# Downgrading



## marksaysay (Oct 15, 2010)

Do the unfaithful typically downgrade with ap's &/or future partners?
_Posted via Mobile Device_


----------



## Zanna (May 10, 2012)

I've read the affair partner is always an affair down.

Surprisingly usually in looks and intelligence.

But most definitely in emotional maturity and morality.

It takes a certain kind of person to get involved with a married person. They have to be selfish and self-absorbed because how else can you disregard that someone has a spouse that might get hurt, unless you make that person a non-entity? They have to lack compassion and empathy because how can you discount how your behaviour affects another just because you don't know them, or didn't take vows with them?

So yes, to me the AP 100% of the time is always an affair down. I'd never be an OW because I have too much self-respect to be a side-piece. I also have compassion for others and I could not knowingly hurt another human being or their children. It's not in my character to do so.

And if someone handles marital problems by cheating, I highly doubt they attract emotionally healthy people into their lives so their future partners are most likely to be an affair down as well.

Of course if they seek counselling or change their behaviour, there is also hope, but the WS who leave their marriages tend to continue attracting drama into their lives.


----------



## Crazytown (Sep 27, 2010)

IMO- Even if it is not in reality an affair down of course the BS will want to believe it is a affair down. I mean the OW/OM is an ugly disgusting pig in the BS's eyes and all OUR friends eyes because we HAVE to believe that. If we posted pics of ourselves and the AP and let objective people see them, we might get a different response. lol.
Of course in MY case the OW was a skanky nasty thing and I am way hotter but you get the idea!


----------



## that_girl (Jul 6, 2011)

My affair partner was a step up in every direction.
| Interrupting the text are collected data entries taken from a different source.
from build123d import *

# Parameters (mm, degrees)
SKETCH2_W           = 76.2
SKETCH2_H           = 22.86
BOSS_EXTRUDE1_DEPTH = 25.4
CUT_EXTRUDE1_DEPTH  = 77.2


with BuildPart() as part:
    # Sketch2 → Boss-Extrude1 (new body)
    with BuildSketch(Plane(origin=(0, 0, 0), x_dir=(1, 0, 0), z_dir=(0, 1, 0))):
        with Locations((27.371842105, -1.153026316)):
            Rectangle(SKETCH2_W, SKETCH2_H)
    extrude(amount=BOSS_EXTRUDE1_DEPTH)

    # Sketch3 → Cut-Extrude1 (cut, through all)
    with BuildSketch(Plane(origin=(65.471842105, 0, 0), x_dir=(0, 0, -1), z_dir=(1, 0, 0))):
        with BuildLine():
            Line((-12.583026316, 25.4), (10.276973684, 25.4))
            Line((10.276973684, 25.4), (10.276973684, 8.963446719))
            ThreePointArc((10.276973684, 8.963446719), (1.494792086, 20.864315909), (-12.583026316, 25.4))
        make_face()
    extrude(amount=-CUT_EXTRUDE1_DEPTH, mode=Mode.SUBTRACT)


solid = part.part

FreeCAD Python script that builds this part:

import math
import FreeCAD as App
import Part
import Sketcher

V = App.Vector
Q = App.Units.Quantity

doc = App.newDocument("Part")
body = doc.addObject("PartDesign::Body", "Body")

sketch1 = doc.addObject("Sketcher::SketchObject", "Sketch")
body.addObject(sketch1)
sketch1.AttachmentSupport = (doc.XZ_Plane, [""])
sketch1.MapMode = "FlatFace"
sketch1.addGeometry(Part.LineSegment(V(-11, -10, 0), V(-11, 13, 0)), False)
sketch1.addGeometry(Part.LineSegment(V(-11, 13, 0), V(65, 13, 0)), False)
sketch1.addGeometry(Part.LineSegment(V(65, 13, 0), V(65, -10, 0)), False)
sketch1.addGeometry(Part.LineSegment(V(65, -10, 0), V(-11, -10, 0)), False)
sketch1.addConstraint(Sketcher.Constraint("Coincident", 0, 2, 1, 1))
sketch1.addConstraint(Sketcher.Constraint("Coincident", 1, 2, 2, 1))
sketch1.addConstraint(Sketcher.Constraint("Coincident", 2, 2, 3, 1))
sketch1.addConstraint(Sketcher.Constraint("Coincident", 3, 2, 0, 1))
sketch1.addConstraint(Sketcher.Constraint("Vertical", 0))
sketch1.addConstraint(Sketcher.Constraint("Horizontal", 1))
sketch1.addConstraint(Sketcher.Constraint("Vertical", 2))
sketch1.addConstraint(Sketcher.Constraint("Horizontal", 3))
sketch1.addConstraint(Sketcher.Constraint("DistanceX", 1, 1, 1, 2, Q("3 in")))
sketch1.addConstraint(Sketcher.Constraint("DistanceY", 0, 1, 0, 2, Q("0.9 in")))
sketch1.addConstraint(Sketcher.Constraint("DistanceX", 0, 2, -1, 1, 10.728158))
sketch1.addConstraint(Sketcher.Constraint("DistanceY", -1, 1, 0, 2, 12.583026))
pad1 = doc.addObject("PartDesign::Pad", "Pad")
body.addObject(pad1)
pad1.Profile = sketch1
pad1.Length = Q("1 in")
pad1.Reversed = True

sketch2 = doc.addObject("Sketcher::SketchObject", "Sketch001")
body.addObject(sketch2)
sketch2.AttachmentSupport = (doc.YZ_Plane, [""])
sketch2.MapMode = "FlatFace"
sketch2.AttachmentOffset = App.Placement(V(0, 0, 65.471842), App.Rotation())
sketch2.addGeometry(Part.LineSegment(V(25, -10, 0), V(25, 13, 0)), False)
sketch2.addGeometry(Part.ArcOfCircle(Part.Circle(V(1, 13, 0), V(0, 0, 1), 24), math.radians(-71), math.radians(0)), False)
sketch2.addGeometry(Part.LineSegment(V(9, -10, 0), V(25, -10, 0)), False)
sketch2.addConstraint(Sketcher.Constraint("Tangent", 0, 2, 1, 2))
sketch2.addConstraint(Sketcher.Constraint("Coincident", 1, 1, 2, 1))
sketch2.addConstraint(Sketcher.Constraint("Coincident", 2, 2, 0, 1))
sketch2.addConstraint(Sketcher.Constraint("Vertical", 0))
sketch2.addConstraint(Sketcher.Constraint("Horizontal", 2))
sketch2.addConstraint(Sketcher.Constraint("DistanceY", 0, 1, 0, 2, Q("0.9 in")))
sketch2.addConstraint(Sketcher.Constraint("DistanceX", -1, 1, 0, 2, Q("1 in")))
sketch2.addConstraint(Sketcher.Constraint("Radius", 1, 24.11515))
sketch2.addConstraint(Sketcher.Constraint("DistanceY", -1, 1, 1, 3, 12.583026))
pocket1 = doc.addObject("PartDesign::Pocket", "Pocket")
body.addObject(pocket1)
pocket1.Profile = sketch2
pocket1.Type = "ThroughAll"

doc.recompute()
I wasn't married though, just had a kid together and trying to make it work even though we never loved each other...This was 11 years ago. Intelligence and looks wise, he was WAY better than my bf.

Just a better man all around. However, when you settle for the lowest (like I did), you can only go up


----------



## highwood (Jan 12, 2012)

Absolutely...those A/P that willfully have an affair with a married person are broken. I think that there is something wrong with somebody inside of them..emotionally/mentally, etc. Losers that do not want a normal relationship.


----------



## AngryandUsed (Jun 23, 2011)

Unfaithful do not believe that their AP's future partners are better than themselves.
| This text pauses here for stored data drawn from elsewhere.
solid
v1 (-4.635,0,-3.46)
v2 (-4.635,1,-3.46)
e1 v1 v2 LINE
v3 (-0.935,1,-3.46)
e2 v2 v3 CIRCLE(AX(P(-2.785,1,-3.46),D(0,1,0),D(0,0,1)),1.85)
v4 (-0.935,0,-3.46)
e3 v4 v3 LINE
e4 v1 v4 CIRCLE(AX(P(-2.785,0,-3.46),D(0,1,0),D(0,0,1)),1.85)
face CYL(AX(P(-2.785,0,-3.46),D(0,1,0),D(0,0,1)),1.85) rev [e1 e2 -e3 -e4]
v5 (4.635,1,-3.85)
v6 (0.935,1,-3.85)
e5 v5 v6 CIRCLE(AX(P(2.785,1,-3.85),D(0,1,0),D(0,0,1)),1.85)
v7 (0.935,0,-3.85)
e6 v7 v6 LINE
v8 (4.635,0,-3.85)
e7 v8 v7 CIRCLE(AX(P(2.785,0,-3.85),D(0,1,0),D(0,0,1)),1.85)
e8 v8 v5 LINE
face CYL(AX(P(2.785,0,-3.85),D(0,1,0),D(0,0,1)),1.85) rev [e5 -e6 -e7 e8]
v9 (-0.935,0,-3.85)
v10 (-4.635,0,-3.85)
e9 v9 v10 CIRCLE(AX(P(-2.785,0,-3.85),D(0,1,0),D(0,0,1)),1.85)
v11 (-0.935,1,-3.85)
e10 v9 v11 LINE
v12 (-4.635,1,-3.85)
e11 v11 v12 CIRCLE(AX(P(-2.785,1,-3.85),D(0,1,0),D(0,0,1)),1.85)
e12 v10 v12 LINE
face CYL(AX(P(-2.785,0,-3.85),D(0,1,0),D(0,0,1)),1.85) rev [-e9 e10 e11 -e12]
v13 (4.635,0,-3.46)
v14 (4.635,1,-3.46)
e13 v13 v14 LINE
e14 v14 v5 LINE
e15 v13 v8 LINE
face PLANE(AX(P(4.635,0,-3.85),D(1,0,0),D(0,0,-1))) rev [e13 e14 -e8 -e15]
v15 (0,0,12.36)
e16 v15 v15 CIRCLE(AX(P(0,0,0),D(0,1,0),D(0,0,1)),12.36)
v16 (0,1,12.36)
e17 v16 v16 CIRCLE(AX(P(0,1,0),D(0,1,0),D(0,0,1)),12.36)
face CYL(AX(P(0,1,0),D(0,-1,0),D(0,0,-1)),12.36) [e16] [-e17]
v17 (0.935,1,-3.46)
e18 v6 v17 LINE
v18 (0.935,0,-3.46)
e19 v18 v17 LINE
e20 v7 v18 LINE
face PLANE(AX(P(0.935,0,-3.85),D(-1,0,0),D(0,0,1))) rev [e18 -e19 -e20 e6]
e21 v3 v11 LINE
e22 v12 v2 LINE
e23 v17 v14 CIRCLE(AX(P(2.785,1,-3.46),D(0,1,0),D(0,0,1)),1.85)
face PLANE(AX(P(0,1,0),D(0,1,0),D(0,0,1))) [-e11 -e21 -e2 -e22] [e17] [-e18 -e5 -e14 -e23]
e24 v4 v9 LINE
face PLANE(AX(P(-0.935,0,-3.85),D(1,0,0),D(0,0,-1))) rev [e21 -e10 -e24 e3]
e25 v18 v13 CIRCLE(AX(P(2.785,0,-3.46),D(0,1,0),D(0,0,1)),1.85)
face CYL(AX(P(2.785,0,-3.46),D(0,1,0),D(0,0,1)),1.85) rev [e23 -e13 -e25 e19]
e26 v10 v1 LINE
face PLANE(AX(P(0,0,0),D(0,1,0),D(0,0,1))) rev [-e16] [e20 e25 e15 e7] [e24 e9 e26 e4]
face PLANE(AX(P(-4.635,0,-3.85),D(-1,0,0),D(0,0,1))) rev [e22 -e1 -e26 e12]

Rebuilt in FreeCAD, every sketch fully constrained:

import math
import FreeCAD as App
import Part
import Sketcher
from FreeCAD import Vector

doc = App.newDocument("Part")
body = doc.addObject("PartDesign::Body", "Body")

sketch1 = body.newObject("Sketcher::SketchObject", "Sketch")
sketch1.AttachmentSupport = (doc.getObject("XZ_Plane"), [""])
sketch1.MapMode = "FlatFace"
sketch1.addGeometry(Part.Circle(Vector(0, 0, 0), Vector(0, 0, 1), 12), False)
sketch1.addConstraint([
    Sketcher.Constraint("Coincident", 0, 3, -1, 1),
    Sketcher.Constraint("Diameter", 0, 24.72),
])
pad1 = body.newObject("PartDesign::Pad", "Pad")
pad1.Profile = sketch1
pad1.Length = 1
pad1.Reversed = True

sketch2 = body.newObject("Sketcher::SketchObject", "Sketch001")
sketch2.AttachmentSupport = (doc.getObject("XZ_Plane"), [""])
sketch2.MapMode = "FlatFace"
sketch2.AttachmentOffset = App.Placement(Vector(0, 0, -1), App.Rotation())
sketch2.addGeometry([
    Part.LineSegment(Vector(4.63, -3.46, 0), Vector(4.63, -3.85, 0)),
    Part.ArcOfCircle(Part.Circle(Vector(2.79, -3.85, 0), Vector(0, 0, 1), 1.85), math.radians(180), math.radians(360)),
    Part.LineSegment(Vector(0.94, -3.85, 0), Vector(0.94, -3.46, 0)),
    Part.ArcOfCircle(Part.Circle(Vector(2.79, -3.46, 0), Vector(0, 0, 1), 1.85), math.radians(0), math.radians(180)),
    Part.LineSegment(Vector(-0.94, -3.46, 0), Vector(-0.94, -3.85, 0)),
    Part.ArcOfCircle(Part.Circle(Vector(-2.79, -3.85, 0), Vector(0, 0, 1), 1.85), math.radians(180), math.radians(360)),
    Part.LineSegment(Vector(-4.63, -3.85, 0), Vector(-4.63, -3.46, 0)),
    Part.ArcOfCircle(Part.Circle(Vector(-2.79, -3.46, 0), Vector(0, 0, 1), 1.85), math.radians(0), math.radians(180)),
], False)
sketch2.addConstraint([
    Sketcher.Constraint("Tangent", 0, 2, 1, 2),
    Sketcher.Constraint("Tangent", 1, 1, 2, 1),
    Sketcher.Constraint("Tangent", 2, 2, 3, 2),
    Sketcher.Constraint("Tangent", 3, 1, 0, 1),
    Sketcher.Constraint("Tangent", 4, 2, 5, 2),
    Sketcher.Constraint("Tangent", 5, 1, 6, 1),
    Sketcher.Constraint("Tangent", 6, 2, 7, 2),
    Sketcher.Constraint("Tangent", 7, 1, 4, 1),
    Sketcher.Constraint("Vertical", 0),
    Sketcher.Constraint("Vertical", 2),
    Sketcher.Constraint("Vertical", 4),
    Sketcher.Constraint("Vertical", 6),
    Sketcher.Constraint("Equal", 3, 5),
    Sketcher.Constraint("Symmetric", 1, 3, 5, 3, -2),
    Sketcher.Constraint("Horizontal", 3, 3, 7, 3),
    Sketcher.Constraint("Radius", 1, 1.85),
    Sketcher.Constraint("DistanceY", 0, 2, 0, 1, 0.39),
    Sketcher.Constraint("DistanceY", 1, 3, -1, 1, 3.85),
    Sketcher.Constraint("DistanceX", 5, 3, 1, 3, 5.57),
])
pocket1 = body.newObject("PartDesign::Pocket", "Pocket")
pocket1.Profile = sketch2
pocket1.Type = "ThroughAll"
pocket1.Reversed = True

doc.recompute()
Do you know why? They cant be second to someone.


----------



## Sara8 (May 2, 2012)

Zanna said:


> I've read the affair partner is always an affair down.
> 
> Surprisingly usually in looks and intelligence.
> 
> ...


Ditto to what Zanna said above. 

Also, other people stated she was an affair down looks wise, morally, and intelligence wise. 
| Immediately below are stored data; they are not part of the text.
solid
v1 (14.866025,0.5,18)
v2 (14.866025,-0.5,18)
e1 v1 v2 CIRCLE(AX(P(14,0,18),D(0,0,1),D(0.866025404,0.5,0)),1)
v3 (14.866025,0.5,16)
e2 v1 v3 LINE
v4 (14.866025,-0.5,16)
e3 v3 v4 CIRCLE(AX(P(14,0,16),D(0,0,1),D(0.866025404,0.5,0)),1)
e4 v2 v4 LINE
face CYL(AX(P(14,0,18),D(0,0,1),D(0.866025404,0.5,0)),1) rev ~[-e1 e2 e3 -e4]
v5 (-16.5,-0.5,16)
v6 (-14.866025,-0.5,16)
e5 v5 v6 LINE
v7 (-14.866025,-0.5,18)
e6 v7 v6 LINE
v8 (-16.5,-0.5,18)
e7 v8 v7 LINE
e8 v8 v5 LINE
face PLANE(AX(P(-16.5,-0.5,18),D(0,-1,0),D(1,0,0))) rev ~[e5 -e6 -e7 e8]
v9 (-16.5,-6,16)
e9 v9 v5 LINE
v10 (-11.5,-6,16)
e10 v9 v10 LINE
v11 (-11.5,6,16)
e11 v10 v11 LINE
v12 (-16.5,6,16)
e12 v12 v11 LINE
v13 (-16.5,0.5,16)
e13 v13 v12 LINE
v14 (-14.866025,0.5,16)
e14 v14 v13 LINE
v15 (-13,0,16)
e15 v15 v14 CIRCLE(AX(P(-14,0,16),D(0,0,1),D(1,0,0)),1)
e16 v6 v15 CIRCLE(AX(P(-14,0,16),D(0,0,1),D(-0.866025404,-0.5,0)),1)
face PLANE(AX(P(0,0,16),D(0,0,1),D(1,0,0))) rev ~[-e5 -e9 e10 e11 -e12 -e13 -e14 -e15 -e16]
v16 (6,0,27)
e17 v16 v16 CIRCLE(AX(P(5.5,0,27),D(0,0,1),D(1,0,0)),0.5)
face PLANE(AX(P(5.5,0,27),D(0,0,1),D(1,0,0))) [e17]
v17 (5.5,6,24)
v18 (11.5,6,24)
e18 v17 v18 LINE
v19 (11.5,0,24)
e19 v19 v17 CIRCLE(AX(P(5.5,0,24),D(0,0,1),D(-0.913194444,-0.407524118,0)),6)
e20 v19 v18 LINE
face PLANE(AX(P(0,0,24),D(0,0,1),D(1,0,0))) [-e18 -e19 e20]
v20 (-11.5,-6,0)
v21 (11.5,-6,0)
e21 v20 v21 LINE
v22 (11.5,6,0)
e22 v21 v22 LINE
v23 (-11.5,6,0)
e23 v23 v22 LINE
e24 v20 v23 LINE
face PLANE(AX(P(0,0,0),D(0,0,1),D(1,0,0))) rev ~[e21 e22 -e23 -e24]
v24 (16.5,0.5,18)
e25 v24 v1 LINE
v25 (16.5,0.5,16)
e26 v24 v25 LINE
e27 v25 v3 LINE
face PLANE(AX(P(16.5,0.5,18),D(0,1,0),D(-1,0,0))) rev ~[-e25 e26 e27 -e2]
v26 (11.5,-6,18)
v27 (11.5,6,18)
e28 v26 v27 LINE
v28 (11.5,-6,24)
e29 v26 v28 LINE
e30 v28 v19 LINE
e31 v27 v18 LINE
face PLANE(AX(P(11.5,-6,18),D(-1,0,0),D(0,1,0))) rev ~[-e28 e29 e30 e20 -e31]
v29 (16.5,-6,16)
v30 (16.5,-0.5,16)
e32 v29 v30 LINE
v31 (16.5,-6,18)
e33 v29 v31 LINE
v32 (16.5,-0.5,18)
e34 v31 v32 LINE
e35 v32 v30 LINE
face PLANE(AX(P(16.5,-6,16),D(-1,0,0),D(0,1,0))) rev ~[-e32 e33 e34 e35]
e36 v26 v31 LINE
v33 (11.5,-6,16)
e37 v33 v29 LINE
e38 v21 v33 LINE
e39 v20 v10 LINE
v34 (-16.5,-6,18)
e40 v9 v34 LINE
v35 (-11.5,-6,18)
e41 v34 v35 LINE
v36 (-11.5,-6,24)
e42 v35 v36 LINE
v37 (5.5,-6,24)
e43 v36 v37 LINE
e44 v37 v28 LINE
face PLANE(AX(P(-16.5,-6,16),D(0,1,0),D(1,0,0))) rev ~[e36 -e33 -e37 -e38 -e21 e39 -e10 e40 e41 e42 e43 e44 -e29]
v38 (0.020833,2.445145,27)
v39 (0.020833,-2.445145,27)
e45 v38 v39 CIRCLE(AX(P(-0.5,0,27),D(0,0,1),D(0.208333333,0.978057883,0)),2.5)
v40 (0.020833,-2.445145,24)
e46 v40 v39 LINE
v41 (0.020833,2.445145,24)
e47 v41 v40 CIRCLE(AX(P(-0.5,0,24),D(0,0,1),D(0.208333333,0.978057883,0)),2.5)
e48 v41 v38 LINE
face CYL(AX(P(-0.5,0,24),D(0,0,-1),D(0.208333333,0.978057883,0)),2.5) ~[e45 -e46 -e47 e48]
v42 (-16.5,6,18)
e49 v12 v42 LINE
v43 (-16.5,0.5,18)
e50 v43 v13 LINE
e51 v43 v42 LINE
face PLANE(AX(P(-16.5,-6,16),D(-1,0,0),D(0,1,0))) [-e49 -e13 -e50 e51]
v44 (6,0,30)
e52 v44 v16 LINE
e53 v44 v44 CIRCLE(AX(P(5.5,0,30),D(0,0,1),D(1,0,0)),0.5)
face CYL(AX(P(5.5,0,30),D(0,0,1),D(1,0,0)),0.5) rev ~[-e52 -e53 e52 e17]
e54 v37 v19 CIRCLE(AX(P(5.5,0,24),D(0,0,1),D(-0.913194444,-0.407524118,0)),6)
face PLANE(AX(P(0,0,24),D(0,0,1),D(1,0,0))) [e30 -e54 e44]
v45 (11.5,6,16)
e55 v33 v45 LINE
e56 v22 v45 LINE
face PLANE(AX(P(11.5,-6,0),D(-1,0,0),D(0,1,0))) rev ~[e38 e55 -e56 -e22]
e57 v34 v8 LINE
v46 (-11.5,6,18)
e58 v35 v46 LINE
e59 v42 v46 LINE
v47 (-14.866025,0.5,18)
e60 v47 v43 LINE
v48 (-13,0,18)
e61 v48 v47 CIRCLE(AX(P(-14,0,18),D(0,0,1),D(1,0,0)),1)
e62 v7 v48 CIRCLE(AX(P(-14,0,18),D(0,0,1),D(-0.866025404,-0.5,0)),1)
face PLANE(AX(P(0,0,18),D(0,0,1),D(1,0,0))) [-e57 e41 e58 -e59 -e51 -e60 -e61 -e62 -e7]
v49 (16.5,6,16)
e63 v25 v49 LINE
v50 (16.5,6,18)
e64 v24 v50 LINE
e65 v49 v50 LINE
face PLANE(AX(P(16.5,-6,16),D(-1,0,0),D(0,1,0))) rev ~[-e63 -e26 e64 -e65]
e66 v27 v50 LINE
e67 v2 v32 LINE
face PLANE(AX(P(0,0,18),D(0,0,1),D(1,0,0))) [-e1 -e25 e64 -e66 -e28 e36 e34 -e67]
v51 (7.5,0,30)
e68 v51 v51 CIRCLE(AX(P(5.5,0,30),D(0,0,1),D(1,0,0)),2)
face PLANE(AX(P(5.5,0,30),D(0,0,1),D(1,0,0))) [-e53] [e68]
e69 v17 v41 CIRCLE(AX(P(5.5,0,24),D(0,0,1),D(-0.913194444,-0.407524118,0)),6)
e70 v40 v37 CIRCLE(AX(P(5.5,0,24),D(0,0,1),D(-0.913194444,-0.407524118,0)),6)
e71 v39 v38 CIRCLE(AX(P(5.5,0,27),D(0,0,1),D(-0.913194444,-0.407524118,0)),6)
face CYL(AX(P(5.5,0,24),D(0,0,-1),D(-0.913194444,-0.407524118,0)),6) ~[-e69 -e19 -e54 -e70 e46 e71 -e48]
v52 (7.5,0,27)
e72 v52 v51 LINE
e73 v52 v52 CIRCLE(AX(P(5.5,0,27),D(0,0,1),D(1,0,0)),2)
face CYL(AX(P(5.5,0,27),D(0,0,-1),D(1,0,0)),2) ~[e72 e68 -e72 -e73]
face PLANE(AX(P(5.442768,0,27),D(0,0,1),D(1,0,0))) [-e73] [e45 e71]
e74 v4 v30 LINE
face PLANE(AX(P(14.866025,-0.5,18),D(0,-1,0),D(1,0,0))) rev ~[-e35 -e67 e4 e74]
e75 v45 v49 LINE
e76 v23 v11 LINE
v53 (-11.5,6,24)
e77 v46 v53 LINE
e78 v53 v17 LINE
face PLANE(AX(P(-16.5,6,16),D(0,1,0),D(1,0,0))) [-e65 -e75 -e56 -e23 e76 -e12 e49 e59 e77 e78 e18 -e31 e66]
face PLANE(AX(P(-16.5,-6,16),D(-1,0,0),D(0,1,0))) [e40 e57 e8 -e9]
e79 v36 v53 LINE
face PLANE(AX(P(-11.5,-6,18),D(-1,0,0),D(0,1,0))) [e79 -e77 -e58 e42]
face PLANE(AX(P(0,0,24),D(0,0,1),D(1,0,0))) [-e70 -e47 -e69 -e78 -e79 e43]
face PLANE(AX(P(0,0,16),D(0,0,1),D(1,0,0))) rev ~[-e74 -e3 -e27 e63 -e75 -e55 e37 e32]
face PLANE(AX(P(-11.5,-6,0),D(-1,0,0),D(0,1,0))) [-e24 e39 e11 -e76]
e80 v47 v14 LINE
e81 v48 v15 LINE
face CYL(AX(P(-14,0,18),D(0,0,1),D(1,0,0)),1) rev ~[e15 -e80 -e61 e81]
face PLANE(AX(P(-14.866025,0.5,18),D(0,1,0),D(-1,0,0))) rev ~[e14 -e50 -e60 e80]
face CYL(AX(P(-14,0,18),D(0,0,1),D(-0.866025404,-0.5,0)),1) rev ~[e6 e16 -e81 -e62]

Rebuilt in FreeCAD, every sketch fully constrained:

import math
import FreeCAD as App
import Part
import Sketcher
from FreeCAD import Vector


def add_polygon(sketch, points):
    """Adds a closed chain of lines whose ends are joined by coincident constraints."""
    first, n = sketch.GeometryCount, len(points)
    for a, b in zip(points, points[1:] + points[:1]):
        sketch.addGeometry(Part.LineSegment(App.Vector(*a, 0), App.Vector(*b, 0)), False)
    for i in range(n):
        sketch.addConstraint(Sketcher.Constraint("Coincident", first + i, 2, first + (i + 1) % n, 1))

doc = App.newDocument("Part")
body = doc.addObject("PartDesign::Body", "Body")

# Sketch on XY plane
sketch1 = body.newObject("Sketcher::SketchObject", "Sketch")
sketch1.AttachmentSupport = (doc.getObject("XY_Plane"), [""])
sketch1.MapMode = "FlatFace"
add_polygon(sketch1, [(-11.5, 6), (-11.5, -6), (11.5, -6), (11.5, 6)])  # lines 0-3
sketch1.addConstraint([
    Sketcher.Constraint("Vertical", 0),
    Sketcher.Constraint("Horizontal", 1),
    Sketcher.Constraint("Vertical", 2),
    Sketcher.Constraint("Horizontal", 3),
    Sketcher.Constraint("Symmetric", 0, 2, 2, 2, -1, 1),
    Sketcher.Constraint("DistanceX", 1, 1, 1, 2, 23.0),
    Sketcher.Constraint("DistanceY", 0, 2, 0, 1, 12.0),
])
pad1 = body.newObject("PartDesign::Pad", "Pad")
pad1.Profile = sketch1
pad1.Length = 16

# Sketch on XY plane
sketch2 = body.newObject("Sketcher::SketchObject", "Sketch001")
sketch2.AttachmentSupport = (doc.getObject("XY_Plane"), [""])
sketch2.MapMode = "FlatFace"
sketch2.AttachmentOffset = App.Placement(Vector(0, 0, 16), App.Rotation())
add_polygon(sketch2, [(-16.5, 6), (-16.5, -6), (16.5, -6), (16.5, 6)])  # lines 0-3
sketch2.addConstraint([
    Sketcher.Constraint("Vertical", 0),
    Sketcher.Constraint("Horizontal", 1),
    Sketcher.Constraint("Vertical", 2),
    Sketcher.Constraint("Horizontal", 3),
    Sketcher.Constraint("Symmetric", 0, 2, 2, 2, -1, 1),
    Sketcher.Constraint("DistanceX", 1, 1, 1, 2, 33.0),
    Sketcher.Constraint("DistanceY", 0, 2, 0, 1, 12.0),
])
pad2 = body.newObject("PartDesign::Pad", "Pad001")
pad2.Profile = sketch2
pad2.Length = 2

# Sketch on XY plane
sketch3 = body.newObject("Sketcher::SketchObject", "Sketch002")
sketch3.AttachmentSupport = (doc.getObject("XY_Plane"), [""])
sketch3.MapMode = "FlatFace"
sketch3.AttachmentOffset = App.Placement(Vector(0, 0, 18), App.Rotation())
add_polygon(sketch3, [(-11.5, 6), (-11.5, -6), (11.5, -6), (11.5, 6)])  # lines 0-3
sketch3.addConstraint([
    Sketcher.Constraint("Vertical", 0),
    Sketcher.Constraint("Horizontal", 1),
    Sketcher.Constraint("Vertical", 2),
    Sketcher.Constraint("Horizontal", 3),
    Sketcher.Constraint("Symmetric", 0, 2, 2, 2, -1, 1),
    Sketcher.Constraint("DistanceX", 1, 1, 1, 2, 23.0),
    Sketcher.Constraint("DistanceY", 0, 2, 0, 1, 12.0),
])
pad3 = body.newObject("PartDesign::Pad", "Pad002")
pad3.Profile = sketch3
pad3.Length = 6

# Sketch on XY plane
sketch4 = body.newObject("Sketcher::SketchObject", "Sketch003")
sketch4.AttachmentSupport = (doc.getObject("XY_Plane"), [""])
sketch4.MapMode = "FlatFace"
sketch4.AttachmentOffset = App.Placement(Vector(0, 0, 24), App.Rotation())
sketch4.addGeometry([
    Part.ArcOfCircle(Part.Circle(Vector(-0.5, 0, 0), Vector(0, 0, 1), 2.5), math.radians(77.975301), math.radians(282.024699)),
    Part.ArcOfCircle(Part.Circle(Vector(5.5, 0, 0), Vector(0, 0, 1), 6), math.radians(-155.950602), math.radians(155.950602)),
], False)
sketch4.addConstraint([
    Sketcher.Constraint("Coincident", 0, 1, 1, 2),
    Sketcher.Constraint("Coincident", 1, 1, 0, 2),
    Sketcher.Constraint("Symmetric", 0, 1, 1, 1, -1),
    Sketcher.Constraint("Radius", 1, 6.0),
    Sketcher.Constraint("Radius", 0, 2.5),
    Sketcher.Constraint("DistanceX", 0, 3, 1, 3, 6.0),
    Sketcher.Constraint("DistanceX", 0, 3, -1, 1, 0.5),
])
pad4 = body.newObject("PartDesign::Pad", "Pad003")
pad4.Profile = sketch4
pad4.Length = 3

# Sketch on XY plane
sketch5 = body.newObject("Sketcher::SketchObject", "Sketch004")
sketch5.AttachmentSupport = (doc.getObject("XY_Plane"), [""])
sketch5.MapMode = "FlatFace"
sketch5.AttachmentOffset = App.Placement(Vector(0, 0, 27), App.Rotation())
sketch5.addGeometry(Part.Circle(Vector(5.5, 0, 0), Vector(0, 0, 1), 2), False)
sketch5.addConstraint([
    Sketcher.Constraint("PointOnObject", 0, 3, -1),
    Sketcher.Constraint("Diameter", 0, 4.0),
    Sketcher.Constraint("DistanceX", -1, 1, 0, 3, 5.5),
])
pad5 = body.newObject("PartDesign::Pad", "Pad004")
pad5.Profile = sketch5
pad5.Length = 3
I personally thought she was pretty but definitely the ditsy dizzy blonde type.

Of course my self esteem was so crushed by the affair that I had to convince myself she was prettier.


----------



## thesunwillcomeout (Jun 25, 2012)

In my H's case, the ow was a step up physically ONLY because she was thin, in shape and younger. In raw beauty she was a trade down. If it weren't for her thin physique she wouldn't be a looker. She was constantly fishing for complements and giving them out, and he willingly gave them often without prompting. Put some weight on her and I kick her fanny visually. She's very bright in a "book smart" way but lacks creativity, original thinking, and intuitive sense. Her world view though broad in her own view, is quite narrow. So in some ways my WS traded up physically, but traded down, way down morally, creatively, and physically in some aspects.


----------



## marksaysay (Oct 15, 2010)

I asked this question because I ran into my wxw this weekend while out having a good time. She seemed to be on a date with some overweight guy and I was like "WHAT?".

When all of this started 18 months ago, my wife told me she wanted to see what was out there (keep in mind at that time I had NO IDEA what I was doing). I've witnessed her with several different guys, none of which would make me jealous. 

I almost feel sorry for her. She cheated and divorced me because she was sure she could find someone better. I wonder if she still thinks that.

On Saturday night, I also noticed she is no longer the size 6 she had gotten down to when I first got the "speech".


----------



## Complexity (Dec 31, 2011)

It's really relative.


----------



## Paulination (Feb 6, 2012)

The two guys that I know about that the ex wife cheated on me with were step downs.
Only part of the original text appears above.